In the Experiments section of the main paper, we presented the influence of different experience replay variants on the GFlowNets training process, in the difficult setting of $R_{0}=10^{-3}$ . We also conducted similar tests on a relatively easier setting, $R_{0}=10^{-2}$ . The results are as shown in Figure 8. As before, R-PRS performs better in terms of mode discovery, followed by the replay buffer with random sampling. We also plot the number of modes discovered as a function of the replay buffer sample size and of the batch size, in Figure 8 and Figure 8 respectively.

Figure 9 illustrates the impact of the replay buffer on the training efficiency of GFlowNets. The empirical L1 error, measured between the true reward distribution and the learned reward distribution, is used as the evaluation metric. R-PRS converges faster than the other techniques towards the true reward distribution.

A.2 Mode discovery as a function of replay buffer size and batch size

So far, we presented the mode discovery as a function of increasing replay buffer sample size. In this section, we show the mode discovery as a function of both increasing replay buffer sample size and increasing experience replay size. Figure 12 and Figure 12 shows the outcome of increasing both the entities in easy and difficult setting respectively. We vary our experiment with the replay buffer sample size from $2$ to $16$ samples per batch and the experience replay size from $10$ to $4000$ samples in a $4$ dimensional hypergrid.

We conduct a similar experiment in a $6$ dimensional hypergrid and the results are as shown in Figure 12. From the results obtained in both 4D and 6D settings, it can be observed that as the buffer size and sample size increase, there is an acceleration in mode discovery.

A.3 Additional Molecule Synthesis

The reward signal in this environment is determined by the binding energy required to attach a molecule to a target protein. However, computing binding energies is computationally expensive. To address this challenge, Bengio et al. developed a pretrained proxy model that predicts the binding energy for a given molecule and target protein. The proxy employs a message-passing neural network (MPNN) (Gilmer et al., 2017) parameterized over the atom graph. To train the proxy model, a semi-curated semi-random dataset of 300k molecules is utilized.

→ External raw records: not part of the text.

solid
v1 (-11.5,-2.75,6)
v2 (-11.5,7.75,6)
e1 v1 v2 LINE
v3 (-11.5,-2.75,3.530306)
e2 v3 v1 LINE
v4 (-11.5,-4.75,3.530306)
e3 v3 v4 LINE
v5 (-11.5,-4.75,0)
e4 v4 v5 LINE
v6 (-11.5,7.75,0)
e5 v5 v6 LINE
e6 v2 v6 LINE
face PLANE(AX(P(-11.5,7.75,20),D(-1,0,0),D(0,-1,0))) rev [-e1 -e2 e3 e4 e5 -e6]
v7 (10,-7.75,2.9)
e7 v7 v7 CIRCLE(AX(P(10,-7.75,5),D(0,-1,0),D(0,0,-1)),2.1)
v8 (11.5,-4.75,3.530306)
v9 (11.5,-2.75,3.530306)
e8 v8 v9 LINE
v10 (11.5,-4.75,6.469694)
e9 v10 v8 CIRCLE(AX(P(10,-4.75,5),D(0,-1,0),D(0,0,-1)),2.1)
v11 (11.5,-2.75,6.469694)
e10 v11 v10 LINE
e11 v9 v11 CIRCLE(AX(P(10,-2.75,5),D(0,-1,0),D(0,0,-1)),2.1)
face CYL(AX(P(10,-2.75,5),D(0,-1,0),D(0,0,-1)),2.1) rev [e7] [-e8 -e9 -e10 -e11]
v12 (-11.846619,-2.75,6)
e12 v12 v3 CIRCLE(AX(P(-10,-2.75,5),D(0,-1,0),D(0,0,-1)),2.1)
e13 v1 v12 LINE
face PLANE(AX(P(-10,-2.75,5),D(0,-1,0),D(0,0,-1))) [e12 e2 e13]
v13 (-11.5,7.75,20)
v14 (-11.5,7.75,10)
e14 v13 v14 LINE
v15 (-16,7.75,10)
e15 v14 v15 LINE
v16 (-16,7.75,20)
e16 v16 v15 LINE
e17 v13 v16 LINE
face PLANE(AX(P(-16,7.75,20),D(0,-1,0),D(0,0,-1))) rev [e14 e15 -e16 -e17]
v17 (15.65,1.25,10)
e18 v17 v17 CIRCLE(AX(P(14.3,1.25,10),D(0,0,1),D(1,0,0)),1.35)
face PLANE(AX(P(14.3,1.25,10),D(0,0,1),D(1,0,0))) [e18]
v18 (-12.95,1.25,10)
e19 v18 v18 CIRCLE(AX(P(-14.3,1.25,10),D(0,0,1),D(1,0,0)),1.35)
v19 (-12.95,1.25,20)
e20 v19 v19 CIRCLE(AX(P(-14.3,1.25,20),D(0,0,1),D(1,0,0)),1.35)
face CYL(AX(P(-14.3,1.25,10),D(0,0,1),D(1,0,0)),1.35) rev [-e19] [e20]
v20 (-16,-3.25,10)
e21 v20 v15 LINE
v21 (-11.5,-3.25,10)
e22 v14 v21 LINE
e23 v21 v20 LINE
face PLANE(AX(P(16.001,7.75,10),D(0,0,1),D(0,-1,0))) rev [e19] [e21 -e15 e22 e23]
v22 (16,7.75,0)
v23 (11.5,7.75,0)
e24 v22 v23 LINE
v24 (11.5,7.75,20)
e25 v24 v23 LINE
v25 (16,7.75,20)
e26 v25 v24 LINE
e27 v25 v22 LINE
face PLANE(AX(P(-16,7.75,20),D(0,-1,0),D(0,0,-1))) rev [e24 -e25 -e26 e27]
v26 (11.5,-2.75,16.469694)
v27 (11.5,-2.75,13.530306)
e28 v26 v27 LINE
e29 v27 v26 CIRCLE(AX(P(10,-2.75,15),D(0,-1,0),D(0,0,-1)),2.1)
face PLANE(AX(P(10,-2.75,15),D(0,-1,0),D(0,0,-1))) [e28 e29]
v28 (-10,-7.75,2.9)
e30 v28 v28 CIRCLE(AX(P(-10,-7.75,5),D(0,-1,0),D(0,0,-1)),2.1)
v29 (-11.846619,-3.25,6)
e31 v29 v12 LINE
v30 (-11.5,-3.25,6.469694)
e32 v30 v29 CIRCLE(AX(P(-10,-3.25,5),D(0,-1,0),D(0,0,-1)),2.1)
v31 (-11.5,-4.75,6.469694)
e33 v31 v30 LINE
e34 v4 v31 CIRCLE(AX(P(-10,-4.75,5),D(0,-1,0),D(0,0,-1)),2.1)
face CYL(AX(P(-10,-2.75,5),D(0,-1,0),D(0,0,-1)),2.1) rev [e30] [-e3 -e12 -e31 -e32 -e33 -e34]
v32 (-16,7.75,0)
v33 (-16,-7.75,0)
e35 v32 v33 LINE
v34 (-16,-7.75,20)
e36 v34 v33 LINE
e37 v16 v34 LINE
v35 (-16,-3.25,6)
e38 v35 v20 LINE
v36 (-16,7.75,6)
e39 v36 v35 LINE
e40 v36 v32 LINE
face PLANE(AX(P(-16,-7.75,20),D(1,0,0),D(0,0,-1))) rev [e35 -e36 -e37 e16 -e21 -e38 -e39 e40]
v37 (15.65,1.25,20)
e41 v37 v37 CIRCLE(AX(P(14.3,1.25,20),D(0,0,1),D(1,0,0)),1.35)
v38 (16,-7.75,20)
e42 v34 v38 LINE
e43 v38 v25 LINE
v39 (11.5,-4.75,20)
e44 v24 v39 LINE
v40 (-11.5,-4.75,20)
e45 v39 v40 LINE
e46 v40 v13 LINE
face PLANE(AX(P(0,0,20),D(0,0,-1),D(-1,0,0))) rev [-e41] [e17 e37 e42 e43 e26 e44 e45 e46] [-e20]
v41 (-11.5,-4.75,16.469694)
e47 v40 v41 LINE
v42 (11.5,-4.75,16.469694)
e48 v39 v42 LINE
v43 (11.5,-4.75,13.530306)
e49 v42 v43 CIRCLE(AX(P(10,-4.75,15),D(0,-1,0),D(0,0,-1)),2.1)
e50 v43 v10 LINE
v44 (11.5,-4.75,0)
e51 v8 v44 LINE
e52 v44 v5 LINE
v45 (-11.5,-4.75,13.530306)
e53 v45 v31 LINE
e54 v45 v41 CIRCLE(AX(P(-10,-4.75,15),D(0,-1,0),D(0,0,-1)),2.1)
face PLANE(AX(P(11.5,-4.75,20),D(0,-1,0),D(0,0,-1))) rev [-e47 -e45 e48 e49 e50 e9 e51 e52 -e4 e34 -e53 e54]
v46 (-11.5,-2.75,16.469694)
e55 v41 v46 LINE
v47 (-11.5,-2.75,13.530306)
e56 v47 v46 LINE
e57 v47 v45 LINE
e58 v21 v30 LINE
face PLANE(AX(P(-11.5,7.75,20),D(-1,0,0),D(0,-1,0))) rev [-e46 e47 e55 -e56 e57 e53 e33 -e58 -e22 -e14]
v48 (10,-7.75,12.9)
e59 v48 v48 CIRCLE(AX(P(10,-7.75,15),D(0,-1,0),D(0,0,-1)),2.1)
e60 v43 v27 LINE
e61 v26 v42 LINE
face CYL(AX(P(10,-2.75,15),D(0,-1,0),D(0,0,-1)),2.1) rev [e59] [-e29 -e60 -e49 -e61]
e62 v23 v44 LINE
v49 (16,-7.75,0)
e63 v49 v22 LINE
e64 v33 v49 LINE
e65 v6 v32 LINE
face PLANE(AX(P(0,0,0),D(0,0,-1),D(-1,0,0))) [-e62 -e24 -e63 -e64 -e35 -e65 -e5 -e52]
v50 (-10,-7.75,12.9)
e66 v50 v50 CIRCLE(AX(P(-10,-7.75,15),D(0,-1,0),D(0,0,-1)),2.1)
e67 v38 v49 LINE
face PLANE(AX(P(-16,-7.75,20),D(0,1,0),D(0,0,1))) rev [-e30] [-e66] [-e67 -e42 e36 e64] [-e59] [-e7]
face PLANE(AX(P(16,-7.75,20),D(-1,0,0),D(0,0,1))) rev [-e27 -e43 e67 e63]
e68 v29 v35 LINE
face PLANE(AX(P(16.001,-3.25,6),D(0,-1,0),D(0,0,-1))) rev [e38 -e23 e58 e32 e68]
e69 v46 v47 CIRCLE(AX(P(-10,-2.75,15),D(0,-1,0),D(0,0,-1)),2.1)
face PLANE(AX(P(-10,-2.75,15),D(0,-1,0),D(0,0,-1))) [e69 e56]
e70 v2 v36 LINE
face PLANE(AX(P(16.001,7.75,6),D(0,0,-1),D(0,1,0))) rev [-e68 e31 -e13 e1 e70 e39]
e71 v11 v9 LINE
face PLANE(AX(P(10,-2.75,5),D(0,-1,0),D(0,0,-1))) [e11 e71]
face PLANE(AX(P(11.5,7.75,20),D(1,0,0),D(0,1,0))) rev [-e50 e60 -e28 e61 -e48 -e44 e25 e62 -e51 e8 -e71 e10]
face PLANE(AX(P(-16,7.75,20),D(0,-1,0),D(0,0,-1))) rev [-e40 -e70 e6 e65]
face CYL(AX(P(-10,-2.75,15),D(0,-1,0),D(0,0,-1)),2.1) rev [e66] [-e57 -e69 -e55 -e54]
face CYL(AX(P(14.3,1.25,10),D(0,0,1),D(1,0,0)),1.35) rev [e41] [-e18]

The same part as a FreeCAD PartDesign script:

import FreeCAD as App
import Part
import Sketcher
from FreeCAD import Vector
Q = App.Units.Quantity

doc = App.newDocument("Part")
body = doc.addObject("PartDesign::Body", "Body")

# Sketch on XY plane
sketch1 = body.newObject("Sketcher::SketchObject", "Sketch")
sketch1.AttachmentSupport = (doc.getObject("XY_Plane"), [""])
sketch1.MapMode = "FlatFace"
sketch1.addGeometry(Part.LineSegment(Vector(-16, 8, 0), Vector(-16, -8, 0)), False)
sketch1.addGeometry(Part.LineSegment(Vector(-16, -8, 0), Vector(16, -8, 0)), False)
sketch1.addGeometry(Part.LineSegment(Vector(16, -8, 0), Vector(16, 8, 0)), False)
sketch1.addGeometry(Part.LineSegment(Vector(16, 8, 0), Vector(-16, 8, 0)), False)
sketch1.addConstraint(Sketcher.Constraint("Coincident", 0, 2, 1, 1))
sketch1.addConstraint(Sketcher.Constraint("Coincident", 1, 2, 2, 1))
sketch1.addConstraint(Sketcher.Constraint("Coincident", 2, 2, 3, 1))
sketch1.addConstraint(Sketcher.Constraint("Coincident", 3, 2, 0, 1))
sketch1.addConstraint(Sketcher.Constraint("Vertical", 0))
sketch1.addConstraint(Sketcher.Constraint("Horizontal", 1))
sketch1.addConstraint(Sketcher.Constraint("Vertical", 2))
sketch1.addConstraint(Sketcher.Constraint("Horizontal", 3))
sketch1.addConstraint(Sketcher.Constraint("Symmetric", 0, 2, 2, 2, -1, 1))
sketch1.addConstraint(Sketcher.Constraint("DistanceX", 1, 1, 1, 2, Q("32 mm")))
sketch1.addConstraint(Sketcher.Constraint("DistanceY", 0, 2, 0, 1, Q("15.5 mm")))
pad1 = body.newObject("PartDesign::Pad", "Pad")
pad1.Profile = sketch1
pad1.Length = 20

We use the pretrained proxy developed by Bengio et al. for binding energy estimation. We use the subtrajectory balance objective introduced by Madan et al. for our GFlowNet training in the molecule environment. We use the training architecture, hyperparameters, and dataset as provided by Bengio et al. for our experiments. The binding energy scores, i.e., the reward for the candidates are computed with AutoDock (Trott & Olson, 2010). All the experiments are run on 3 independent seeds and the mean and standard error are reported in the plots. To test the hyperparameter robustness, we tried various batch sizes $64$ , $128$ , and $256$ , varied the replay buffer sampling size from $64$ to $128$ , and tested different replay buffer sizes, $100$ , $1000$ , and $5000$ samples. We trained all the models for $10000$ iterations.

As shown in the Experiment section of the main paper, we conducted experiments with all three training techniques proposed. Figure 13 displays the average reward for each technique throughout the number of iterations. It is evident that R-PRS outperforms the other two techniques.